Dataset entries:

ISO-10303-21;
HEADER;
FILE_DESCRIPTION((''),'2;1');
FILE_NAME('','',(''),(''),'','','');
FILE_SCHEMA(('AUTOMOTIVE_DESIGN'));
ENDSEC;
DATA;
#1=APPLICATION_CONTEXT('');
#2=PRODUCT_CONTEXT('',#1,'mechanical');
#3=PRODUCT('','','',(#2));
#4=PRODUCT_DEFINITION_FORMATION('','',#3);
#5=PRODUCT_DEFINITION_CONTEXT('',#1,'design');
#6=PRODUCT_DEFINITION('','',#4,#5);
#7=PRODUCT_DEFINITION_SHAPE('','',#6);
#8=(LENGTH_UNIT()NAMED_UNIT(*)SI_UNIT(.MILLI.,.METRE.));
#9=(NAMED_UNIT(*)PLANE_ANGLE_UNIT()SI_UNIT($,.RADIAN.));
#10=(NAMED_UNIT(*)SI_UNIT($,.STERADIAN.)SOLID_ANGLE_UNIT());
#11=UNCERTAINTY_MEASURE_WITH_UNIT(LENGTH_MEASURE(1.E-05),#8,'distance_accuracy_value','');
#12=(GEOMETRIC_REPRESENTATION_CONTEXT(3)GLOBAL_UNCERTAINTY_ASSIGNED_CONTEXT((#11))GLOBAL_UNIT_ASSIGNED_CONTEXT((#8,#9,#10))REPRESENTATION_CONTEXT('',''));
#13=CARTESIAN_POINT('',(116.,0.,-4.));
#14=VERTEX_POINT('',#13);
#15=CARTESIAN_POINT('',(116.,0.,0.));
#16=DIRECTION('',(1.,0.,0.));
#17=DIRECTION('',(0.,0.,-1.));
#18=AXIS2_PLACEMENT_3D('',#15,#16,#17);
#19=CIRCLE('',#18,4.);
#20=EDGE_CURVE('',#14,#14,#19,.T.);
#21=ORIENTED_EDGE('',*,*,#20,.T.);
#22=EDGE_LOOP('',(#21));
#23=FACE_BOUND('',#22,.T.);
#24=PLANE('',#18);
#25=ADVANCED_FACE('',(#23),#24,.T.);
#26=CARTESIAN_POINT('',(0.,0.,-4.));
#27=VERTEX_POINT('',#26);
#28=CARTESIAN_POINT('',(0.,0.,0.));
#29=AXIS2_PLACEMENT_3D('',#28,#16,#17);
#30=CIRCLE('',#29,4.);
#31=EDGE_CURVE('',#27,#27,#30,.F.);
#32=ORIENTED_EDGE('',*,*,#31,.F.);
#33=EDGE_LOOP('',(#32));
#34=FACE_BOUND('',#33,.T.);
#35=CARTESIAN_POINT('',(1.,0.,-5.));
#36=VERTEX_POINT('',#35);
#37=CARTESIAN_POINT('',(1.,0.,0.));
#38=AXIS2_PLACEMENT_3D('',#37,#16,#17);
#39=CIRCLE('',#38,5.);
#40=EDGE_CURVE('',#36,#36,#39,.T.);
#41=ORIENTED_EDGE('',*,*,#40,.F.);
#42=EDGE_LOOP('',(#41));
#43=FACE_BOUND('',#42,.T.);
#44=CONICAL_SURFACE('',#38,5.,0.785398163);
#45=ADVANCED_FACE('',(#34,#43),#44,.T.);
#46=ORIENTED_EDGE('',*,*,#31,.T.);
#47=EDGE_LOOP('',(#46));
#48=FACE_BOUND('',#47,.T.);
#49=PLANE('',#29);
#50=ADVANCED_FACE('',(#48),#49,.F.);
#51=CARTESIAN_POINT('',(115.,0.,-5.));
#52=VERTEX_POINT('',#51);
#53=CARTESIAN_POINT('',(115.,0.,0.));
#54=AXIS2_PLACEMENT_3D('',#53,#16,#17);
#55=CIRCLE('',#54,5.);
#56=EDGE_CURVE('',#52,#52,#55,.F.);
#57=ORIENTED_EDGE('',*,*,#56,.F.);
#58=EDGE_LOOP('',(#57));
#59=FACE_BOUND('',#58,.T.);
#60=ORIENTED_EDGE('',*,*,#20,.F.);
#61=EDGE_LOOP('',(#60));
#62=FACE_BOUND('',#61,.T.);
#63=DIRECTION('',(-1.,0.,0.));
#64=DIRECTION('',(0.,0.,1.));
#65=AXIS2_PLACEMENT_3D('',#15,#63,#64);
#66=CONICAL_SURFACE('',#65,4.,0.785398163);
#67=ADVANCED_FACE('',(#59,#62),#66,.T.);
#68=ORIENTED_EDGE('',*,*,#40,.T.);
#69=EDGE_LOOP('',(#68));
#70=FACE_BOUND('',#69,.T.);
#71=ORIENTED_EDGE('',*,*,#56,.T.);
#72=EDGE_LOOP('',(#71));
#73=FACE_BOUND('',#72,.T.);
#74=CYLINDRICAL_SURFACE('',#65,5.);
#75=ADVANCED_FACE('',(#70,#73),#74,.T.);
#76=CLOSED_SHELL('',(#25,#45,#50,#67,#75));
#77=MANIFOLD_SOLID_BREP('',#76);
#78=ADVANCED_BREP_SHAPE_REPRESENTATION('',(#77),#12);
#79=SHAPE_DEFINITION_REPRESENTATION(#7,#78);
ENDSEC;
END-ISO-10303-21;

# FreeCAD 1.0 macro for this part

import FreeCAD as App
import Part
import Sketcher
from FreeCAD import Vector
Q = App.Units.Quantity


def edges_at(feature, points):
    """Names of the edges that pass closest to the given points."""
    edges = feature.Shape.Edges
    near = lambda p: min(range(len(edges)), key=lambda i: edges[i].distToShape(Part.Vertex(*p))[0])
    return sorted({f"Edge{near(p) + 1}" for p in points})

doc = App.newDocument("Part")
body = doc.addObject("PartDesign::Body", "Body")

# Sketch on YZ plane
sketch1 = body.newObject("Sketcher::SketchObject", "Sketch")
sketch1.AttachmentSupport = (doc.getObject("YZ_Plane"), [""])
sketch1.MapMode = "FlatFace"
sketch1.addGeometry(Part.Circle(Vector(0, 0, 0), Vector(0, 0, 1), 5), False)
sketch1.addConstraint(Sketcher.Constraint("Coincident", 0, 3, -1, 1))
sketch1.addConstraint(Sketcher.Constraint("Diameter", 0, Q("10 mm")))
pad1 = body.newObject("PartDesign::Pad", "Pad")
pad1.Profile = sketch1
pad1.Length = 116
doc.recompute()

chamfer = body.newObject("PartDesign::Chamfer", "Chamfer")
chamfer.Base = (pad1, edges_at(pad1, [(0, 0, 5), (116, 0, 5)]))
chamfer.Size = 1

doc.recompute()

**WHAT THE EXERCISE ASKS**
Word for word, reproduce every record shown above.

**ANSWER TO THE EXERCISE**
ISO-10303-21;
HEADER;
FILE_DESCRIPTION((''),'2;1');
FILE_NAME('','',(''),(''),'','','');
FILE_SCHEMA(('AUTOMOTIVE_DESIGN'));
ENDSEC;
DATA;
#1=APPLICATION_CONTEXT('');
#2=PRODUCT_CONTEXT('',#1,'mechanical');
#3=PRODUCT('','','',(#2));
#4=PRODUCT_DEFINITION_FORMATION('','',#3);
#5=PRODUCT_DEFINITION_CONTEXT('',#1,'design');
#6=PRODUCT_DEFINITION('','',#4,#5);
#7=PRODUCT_DEFINITION_SHAPE('','',#6);
#8=(LENGTH_UNIT()NAMED_UNIT(*)SI_UNIT(.MILLI.,.METRE.));
#9=(NAMED_UNIT(*)PLANE_ANGLE_UNIT()SI_UNIT($,.RADIAN.));
#10=(NAMED_UNIT(*)SI_UNIT($,.STERADIAN.)SOLID_ANGLE_UNIT());
#11=UNCERTAINTY_MEASURE_WITH_UNIT(LENGTH_MEASURE(1.E-05),#8,'distance_accuracy_value','');
#12=(GEOMETRIC_REPRESENTATION_CONTEXT(3)GLOBAL_UNCERTAINTY_ASSIGNED_CONTEXT((#11))GLOBAL_UNIT_ASSIGNED_CONTEXT((#8,#9,#10))REPRESENTATION_CONTEXT('',''));
#13=CARTESIAN_POINT('',(116.,0.,-4.));
#14=VERTEX_POINT('',#13);
#15=CARTESIAN_POINT('',(116.,0.,0.));
#16=DIRECTION('',(1.,0.,0.));
#17=DIRECTION('',(0.,0.,-1.));
#18=AXIS2_PLACEMENT_3D('',#15,#16,#17);
#19=CIRCLE('',#18,4.);
#20=EDGE_CURVE('',#14,#14,#19,.T.);
#21=ORIENTED_EDGE('',*,*,#20,.T.);
#22=EDGE_LOOP('',(#21));
#23=FACE_BOUND('',#22,.T.);
#24=PLANE('',#18);
#25=ADVANCED_FACE('',(#23),#24,.T.);
#26=CARTESIAN_POINT('',(0.,0.,-4.));
#27=VERTEX_POINT('',#26);
#28=CARTESIAN_POINT('',(0.,0.,0.));
#29=AXIS2_PLACEMENT_3D('',#28,#16,#17);
#30=CIRCLE('',#29,4.);
#31=EDGE_CURVE('',#27,#27,#30,.F.);
#32=ORIENTED_EDGE('',*,*,#31,.F.);
#33=EDGE_LOOP('',(#32));
#34=FACE_BOUND('',#33,.T.);
#35=CARTESIAN_POINT('',(1.,0.,-5.));
#36=VERTEX_POINT('',#35);
#37=CARTESIAN_POINT('',(1.,0.,0.));
#38=AXIS2_PLACEMENT_3D('',#37,#16,#17);
#39=CIRCLE('',#38,5.);
#40=EDGE_CURVE('',#36,#36,#39,.T.);
#41=ORIENTED_EDGE('',*,*,#40,.F.);
#42=EDGE_LOOP('',(#41));
#43=FACE_BOUND('',#42,.T.);
#44=CONICAL_SURFACE('',#38,5.,0.785398163);
#45=ADVANCED_FACE('',(#34,#43),#44,.T.);
#46=ORIENTED_EDGE('',*,*,#31,.T.);
#47=EDGE_LOOP('',(#46));
#48=FACE_BOUND('',#47,.T.);
#49=PLANE('',#29);
#50=ADVANCED_FACE('',(#48),#49,.F.);
#51=CARTESIAN_POINT('',(115.,0.,-5.));
#52=VERTEX_POINT('',#51);
#53=CARTESIAN_POINT('',(115.,0.,0.));
#54=AXIS2_PLACEMENT_3D('',#53,#16,#17);
#55=CIRCLE('',#54,5.);
#56=EDGE_CURVE('',#52,#52,#55,.F.);
#57=ORIENTED_EDGE('',*,*,#56,.F.);
#58=EDGE_LOOP('',(#57));
#59=FACE_BOUND('',#58,.T.);
#60=ORIENTED_EDGE('',*,*,#20,.F.);
#61=EDGE_LOOP('',(#60));
#62=FACE_BOUND('',#61,.T.);
#63=DIRECTION('',(-1.,0.,0.));
#64=DIRECTION('',(0.,0.,1.));
#65=AXIS2_PLACEMENT_3D('',#15,#63,#64);
#66=CONICAL_SURFACE('',#65,4.,0.785398163);
#67=ADVANCED_FACE('',(#59,#62),#66,.T.);
#68=ORIENTED_EDGE('',*,*,#40,.T.);
#69=EDGE_LOOP('',(#68));
#70=FACE_BOUND('',#69,.T.);
#71=ORIENTED_EDGE('',*,*,#56,.T.);
#72=EDGE_LOOP('',(#71));
#73=FACE_BOUND('',#72,.T.);
#74=CYLINDRICAL_SURFACE('',#65,5.);
#75=ADVANCED_FACE('',(#70,#73),#74,.T.);
#76=CLOSED_SHELL('',(#25,#45,#50,#67,#75));
#77=MANIFOLD_SOLID_BREP('',#76);
#78=ADVANCED_BREP_SHAPE_REPRESENTATION('',(#77),#12);
#79=SHAPE_DEFINITION_REPRESENTATION(#7,#78);
ENDSEC;
END-ISO-10303-21;

# FreeCAD 1.0 macro for this part

import FreeCAD as App
import Part
import Sketcher
from FreeCAD import Vector
Q = App.Units.Quantity


def edges_at(feature, points):
    """Names of the edges that pass closest to the given points."""
    edges = feature.Shape.Edges
    near = lambda p: min(range(len(edges)), key=lambda i: edges[i].distToShape(Part.Vertex(*p))[0])
    return sorted({f"Edge{near(p) + 1}" for p in points})

doc = App.newDocument("Part")
body = doc.addObject("PartDesign::Body", "Body")

# Sketch on YZ plane
sketch1 = body.newObject("Sketcher::SketchObject", "Sketch")
sketch1.AttachmentSupport = (doc.getObject("YZ_Plane"), [""])
sketch1.MapMode = "FlatFace"
sketch1.addGeometry(Part.Circle(Vector(0, 0, 0), Vector(0, 0, 1), 5), False)
sketch1.addConstraint(Sketcher.Constraint("Coincident", 0, 3, -1, 1))
sketch1.addConstraint(Sketcher.Constraint("Diameter", 0, Q("10 mm")))
pad1 = body.newObject("PartDesign::Pad", "Pad")
pad1.Profile = sketch1
pad1.Length = 116
doc.recompute()

chamfer = body.newObject("PartDesign::Chamfer", "Chamfer")
chamfer.Base = (pad1, edges_at(pad1, [(0, 0, 5), (116, 0, 5)]))
chamfer.Size = 1

doc.recompute()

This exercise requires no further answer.